Майя кивает. Конечно, она помнит. Я тогда спала у нее на кушетке.
— Мы только два года как окончили колледж, но ощущение у меня было такое, будто я уже минимум лет десять подаю кофе редактору «Бирливилл таймс». Тогда я думала, что нет ничего шикарнее на свете, чем жить на Манхэттене и писать репортажи о знаменитостях. — Я отпиваю глоток джина с тоником и тяжело вздыхаю. — Как тебе такая миссурийская наивность?
Майя никак не комментирует мою сельскую простоту. Она выросла в коннектикутском пригороде в сорока минутах отсюда, и для нее в большом городе никогда не было ничего шикарного. Это просто место, куда ездили в субботу вечером, чтобы напиться.
— Сражайся с властью, — говорит она и поднимает кулак в воздух, вяло изображая революционное приветствие. — А если бунт не сработает и тебя уволят, не беспокойся. Будешь работать по контракту. Я помогу тебе начать — работы хватает.
Несмотря на проблему общения, когда находишься среди чужаков, Майя не теряет оптимизма по поводу работы по контракту. Она вроде тех иммигрантов, которые прибывают в Новый Свет и пишут домой письма о несказанных успехах и богатствах. Раньше я сопротивлялась этой пропаганде. Я знаю, что улицы не вымощены золотом. Я знаю, что в стране богатства большинство людей отнюдь не богато. Я все это знаю и цепляюсь за свою старосветскую жизнь. Но иногда выбора нет. Иногда события толкают тебя за океан. Работа в «Моднице» начинает напоминать мне картофельный голод.
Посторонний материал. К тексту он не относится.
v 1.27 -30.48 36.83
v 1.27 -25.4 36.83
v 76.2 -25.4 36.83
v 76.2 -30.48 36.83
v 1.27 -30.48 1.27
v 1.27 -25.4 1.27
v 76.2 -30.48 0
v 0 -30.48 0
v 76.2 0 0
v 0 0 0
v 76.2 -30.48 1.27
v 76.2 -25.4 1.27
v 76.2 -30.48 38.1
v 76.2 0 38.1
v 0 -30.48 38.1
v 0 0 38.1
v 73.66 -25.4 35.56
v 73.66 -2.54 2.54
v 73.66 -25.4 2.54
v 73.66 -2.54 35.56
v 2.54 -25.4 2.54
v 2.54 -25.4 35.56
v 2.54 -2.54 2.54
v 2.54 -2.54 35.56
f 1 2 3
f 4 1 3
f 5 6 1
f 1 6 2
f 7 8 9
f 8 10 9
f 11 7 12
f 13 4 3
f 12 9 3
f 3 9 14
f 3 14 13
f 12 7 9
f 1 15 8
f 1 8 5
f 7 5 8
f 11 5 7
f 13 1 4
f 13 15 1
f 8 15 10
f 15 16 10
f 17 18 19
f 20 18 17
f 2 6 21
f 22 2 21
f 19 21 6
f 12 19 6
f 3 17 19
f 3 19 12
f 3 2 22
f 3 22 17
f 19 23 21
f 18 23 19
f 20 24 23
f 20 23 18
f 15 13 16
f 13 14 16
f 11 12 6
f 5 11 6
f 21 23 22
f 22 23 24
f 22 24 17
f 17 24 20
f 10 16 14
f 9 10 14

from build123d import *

# Parameters (mm, degrees)
F0_W     = 76.2
F0_H     = 38.1
F1_DEPTH = 25.4
F2_T     = -2.54
F4_DEPTH = 5.08


with BuildPart() as f1:
    # F0 (on Front) → F1 (new body)
    with BuildSketch(Plane.XZ):
        with Locations((38.1, 19.05)):
            Rectangle(F0_W, F0_H)
    extrude(amount=F1_DEPTH)

    # F2
    f2_openings = [f1.faces().sort_by_distance(p)[0] for p in [
        (38.1, -25.4, 19.05),
    ]]
    offset(amount=F2_T, openings=f2_openings)

    # F3 (on face) → F4 (join)
    with BuildSketch(Plane.XZ.offset(25.4)):
        Polygon((1.27, 36.83), (76.2, 36.83), (76.2, 38.1), (0, 38.1), (0, 0), (76.2, 0), (76.2, 1.27), (1.27, 1.27), align=None)
    extrude(amount=F4_DEPTH)


solid = f1.part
Уже шесть часов, и тоненькая струйка посетителей внезапно превращается в толпу. Человек в туфлях от Гуччи (похожих на домашние шлепанцы) втискивается между нашими стульями и начинает отчаянно размахивать руками, стараясь привлечь к себе внимание бармена. В нью-йоркских барах такие штучки редко срабатывают.
— Возьми счет, — говорит Майя. Но я об этом уже подумала. Я уже переглянулась с барменом, и он подсчитывает наши заказы.
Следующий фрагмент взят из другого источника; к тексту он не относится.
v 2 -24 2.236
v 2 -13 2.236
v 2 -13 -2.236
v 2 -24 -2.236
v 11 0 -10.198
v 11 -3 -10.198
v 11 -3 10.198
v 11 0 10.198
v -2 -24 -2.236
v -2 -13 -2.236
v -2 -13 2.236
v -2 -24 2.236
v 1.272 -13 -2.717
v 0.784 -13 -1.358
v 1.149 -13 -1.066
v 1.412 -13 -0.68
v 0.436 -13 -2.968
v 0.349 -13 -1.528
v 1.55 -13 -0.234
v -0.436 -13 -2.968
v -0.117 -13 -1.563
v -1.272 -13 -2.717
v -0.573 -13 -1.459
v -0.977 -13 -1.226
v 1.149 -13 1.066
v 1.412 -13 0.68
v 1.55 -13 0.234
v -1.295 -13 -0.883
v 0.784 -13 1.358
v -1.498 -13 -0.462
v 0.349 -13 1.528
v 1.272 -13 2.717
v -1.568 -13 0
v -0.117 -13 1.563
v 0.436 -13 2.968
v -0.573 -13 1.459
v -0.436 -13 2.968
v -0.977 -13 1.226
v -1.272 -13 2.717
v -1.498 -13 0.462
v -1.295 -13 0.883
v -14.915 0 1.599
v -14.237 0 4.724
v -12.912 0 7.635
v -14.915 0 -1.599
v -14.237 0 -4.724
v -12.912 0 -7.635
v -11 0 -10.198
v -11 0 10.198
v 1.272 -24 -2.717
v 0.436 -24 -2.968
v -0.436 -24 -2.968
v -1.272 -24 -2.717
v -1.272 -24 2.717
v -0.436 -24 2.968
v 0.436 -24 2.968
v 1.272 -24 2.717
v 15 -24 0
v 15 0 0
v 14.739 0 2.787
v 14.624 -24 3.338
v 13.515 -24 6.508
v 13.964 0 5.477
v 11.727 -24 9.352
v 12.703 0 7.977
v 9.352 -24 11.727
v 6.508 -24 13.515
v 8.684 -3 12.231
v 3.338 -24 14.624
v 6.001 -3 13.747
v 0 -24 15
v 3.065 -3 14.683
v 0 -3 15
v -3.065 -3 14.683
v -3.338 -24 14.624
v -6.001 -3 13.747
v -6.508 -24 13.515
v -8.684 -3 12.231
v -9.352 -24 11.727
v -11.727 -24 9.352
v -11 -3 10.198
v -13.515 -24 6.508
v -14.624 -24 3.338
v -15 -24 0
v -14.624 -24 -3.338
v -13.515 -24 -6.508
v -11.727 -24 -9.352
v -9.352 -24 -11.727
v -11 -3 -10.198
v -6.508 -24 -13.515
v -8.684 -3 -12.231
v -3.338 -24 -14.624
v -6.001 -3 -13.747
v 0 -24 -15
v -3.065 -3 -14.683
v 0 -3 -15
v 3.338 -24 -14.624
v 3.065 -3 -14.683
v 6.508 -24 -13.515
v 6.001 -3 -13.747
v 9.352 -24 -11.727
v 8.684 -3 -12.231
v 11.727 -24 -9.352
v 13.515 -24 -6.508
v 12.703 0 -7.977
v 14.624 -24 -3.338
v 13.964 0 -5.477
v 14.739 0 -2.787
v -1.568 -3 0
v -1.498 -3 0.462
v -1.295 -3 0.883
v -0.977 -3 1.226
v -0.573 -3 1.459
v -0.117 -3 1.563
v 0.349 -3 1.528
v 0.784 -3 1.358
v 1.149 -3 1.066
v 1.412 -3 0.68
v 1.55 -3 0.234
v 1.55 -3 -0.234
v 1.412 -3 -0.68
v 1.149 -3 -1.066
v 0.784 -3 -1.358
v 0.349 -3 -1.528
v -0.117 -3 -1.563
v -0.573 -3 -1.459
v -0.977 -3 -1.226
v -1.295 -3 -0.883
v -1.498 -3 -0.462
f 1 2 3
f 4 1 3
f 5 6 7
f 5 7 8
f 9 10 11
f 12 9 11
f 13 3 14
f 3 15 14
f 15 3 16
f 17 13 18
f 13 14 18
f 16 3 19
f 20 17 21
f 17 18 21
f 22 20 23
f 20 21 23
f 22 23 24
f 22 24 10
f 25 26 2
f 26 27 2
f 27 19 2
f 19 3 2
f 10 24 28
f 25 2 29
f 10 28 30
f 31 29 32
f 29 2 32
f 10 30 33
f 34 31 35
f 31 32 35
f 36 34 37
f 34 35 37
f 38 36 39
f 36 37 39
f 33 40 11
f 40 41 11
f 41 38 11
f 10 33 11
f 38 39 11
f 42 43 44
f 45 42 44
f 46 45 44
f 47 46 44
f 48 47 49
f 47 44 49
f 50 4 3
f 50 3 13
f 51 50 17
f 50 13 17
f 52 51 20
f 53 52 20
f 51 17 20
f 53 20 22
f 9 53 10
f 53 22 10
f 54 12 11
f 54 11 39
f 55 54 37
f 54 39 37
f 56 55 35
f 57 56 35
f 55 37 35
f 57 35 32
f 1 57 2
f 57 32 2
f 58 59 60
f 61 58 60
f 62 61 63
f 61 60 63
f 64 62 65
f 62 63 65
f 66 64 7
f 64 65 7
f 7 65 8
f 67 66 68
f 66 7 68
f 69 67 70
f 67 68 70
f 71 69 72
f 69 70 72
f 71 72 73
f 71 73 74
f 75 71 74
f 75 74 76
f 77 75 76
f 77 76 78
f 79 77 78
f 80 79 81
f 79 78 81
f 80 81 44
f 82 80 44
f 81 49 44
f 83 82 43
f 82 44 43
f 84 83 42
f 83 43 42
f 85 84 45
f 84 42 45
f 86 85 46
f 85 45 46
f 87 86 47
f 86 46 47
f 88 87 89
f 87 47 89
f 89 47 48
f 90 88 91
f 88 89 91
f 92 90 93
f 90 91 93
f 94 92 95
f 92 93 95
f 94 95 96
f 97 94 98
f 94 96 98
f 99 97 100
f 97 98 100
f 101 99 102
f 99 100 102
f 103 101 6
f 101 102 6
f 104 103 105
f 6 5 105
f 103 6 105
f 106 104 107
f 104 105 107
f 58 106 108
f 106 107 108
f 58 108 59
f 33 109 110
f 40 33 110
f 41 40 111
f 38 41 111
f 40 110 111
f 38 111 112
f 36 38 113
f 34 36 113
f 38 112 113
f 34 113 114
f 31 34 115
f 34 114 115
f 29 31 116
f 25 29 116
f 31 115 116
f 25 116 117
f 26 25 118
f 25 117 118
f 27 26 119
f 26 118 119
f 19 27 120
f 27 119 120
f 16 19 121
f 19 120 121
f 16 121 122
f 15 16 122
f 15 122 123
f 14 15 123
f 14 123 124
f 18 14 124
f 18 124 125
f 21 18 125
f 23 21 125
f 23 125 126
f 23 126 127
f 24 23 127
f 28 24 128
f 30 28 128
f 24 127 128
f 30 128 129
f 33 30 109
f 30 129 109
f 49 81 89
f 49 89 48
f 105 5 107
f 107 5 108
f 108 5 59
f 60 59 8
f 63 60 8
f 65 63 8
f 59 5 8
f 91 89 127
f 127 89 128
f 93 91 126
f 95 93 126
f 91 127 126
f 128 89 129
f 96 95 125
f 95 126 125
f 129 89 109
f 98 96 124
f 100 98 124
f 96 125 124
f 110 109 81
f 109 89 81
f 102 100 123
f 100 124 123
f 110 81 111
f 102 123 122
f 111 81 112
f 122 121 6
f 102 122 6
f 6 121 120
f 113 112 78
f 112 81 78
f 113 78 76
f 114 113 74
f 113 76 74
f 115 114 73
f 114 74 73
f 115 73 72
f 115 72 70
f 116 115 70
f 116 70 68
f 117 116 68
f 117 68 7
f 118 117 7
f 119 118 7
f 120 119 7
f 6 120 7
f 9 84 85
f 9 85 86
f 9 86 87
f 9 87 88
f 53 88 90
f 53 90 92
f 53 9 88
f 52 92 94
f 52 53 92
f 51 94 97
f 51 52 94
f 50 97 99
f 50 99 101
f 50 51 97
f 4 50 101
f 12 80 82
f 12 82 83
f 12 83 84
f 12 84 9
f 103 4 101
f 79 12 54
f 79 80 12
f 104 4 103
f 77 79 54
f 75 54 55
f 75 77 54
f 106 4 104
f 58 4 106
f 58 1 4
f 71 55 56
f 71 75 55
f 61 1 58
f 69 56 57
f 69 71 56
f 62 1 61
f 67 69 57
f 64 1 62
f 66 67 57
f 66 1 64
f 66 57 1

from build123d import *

# Parameters (mm, degrees)
F0_R     = 15
F1_DEPTH = 24
F2_W     = 11
F2_H     = 3
F3_DEPTH = 15
F5_R     = 3.056512
F5_R_2   = 1.567652
F6_DEPTH = 10


with BuildPart() as f1:
    # F0 (on Front) → F1 (new body)
    with BuildSketch(Plane.XZ):
        Circle(F0_R)
        with BuildLine():
            ThreePointArc((2, -2.236068), (0, -3), (-2, -2.236068))
            Line((-2, -2.236068), (-2, 2.236068))
            ThreePointArc((-2, 2.236068), (0, 3), (2, 2.236068))
            Line((2, 2.236068), (2, -2.236068))
        make_face(mode=Mode.SUBTRACT)
    extrude(amount=F1_DEPTH)

    # F2 (on Top) → F3 (cut, symmetric)
    with BuildSketch(Plane.XY):
        with Locations((-5.5, -1.5)):
            Rectangle(F2_W, F2_H)
        with Locations((5.5, -1.5)):
            Rectangle(F2_W, F2_H)
    extrude(amount=F3_DEPTH, both=True, mode=Mode.SUBTRACT)

    # F5 (on offset) → F6 (join)
    with BuildSketch(Plane(origin=(0, -3, 0), x_dir=(-1, 0, 0), z_dir=(0, 1, 0))):
        Circle(F5_R)
        Circle(F5_R_2, mode=Mode.SUBTRACT)
    extrude(amount=-F6_DEPTH)


solid = f1.part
Как Майя ни протестует, я настаиваю, что выпивка за мой счет. Хотя я старалась выглядеть подавленно из уважения к ее чувствам, для меня это праздник, что Роджер ушел из нашей жизни. Да, семьдесят пять долларов — значительная часть моего бюджета на выпивку на этот месяц, но за такое удовольствие не жалко и заплатить.
В вестибюле Майя сразу отправляется в уборную, а я стою в углу и наблюдаю за входящими. Только что прибыла большая группа японских туристов, и пока мужчины, собравшись кучкой, ждут ключей от комнат, их жены бродят вокруг. Некоторые у газетного киоска листают журналы, другие сидят в вестибюле. Сам вестибюль полон случайных предметов — алюминиевых клепаных стульев, длинных желто-зеленых скамей, разбивающих комнату пополам, широких оранжевых диванчиков в стиле «бордельный шик», кресел, на обивке которых изображены собаки. Эти разномастные предметы не должны были бы сходиться вместе. Они не должны были бы сочетаться, и в любом другом месте и не сочетались бы, но здесь, на сером фоне, почему-то сочетаются.
Через пару минут появляется Майя. Как только она выходит из уборной, к ней подбегает японка и просит сфотографировать их группу, выстроившуюся на большой лестнице. Майя радостно соглашается, хотя ее фотографические навыки слегка подпорчены тем, сколько она выпила. Она закрывает объектив пальцем. Японки слишком вежливы, чтобы указать ей на это, и они благодарят Майю, но не расходятся. Когда мы уйдем, они позовут одну из своих приятельниц у стоек с журналами и попросят ее сделать новый снимок.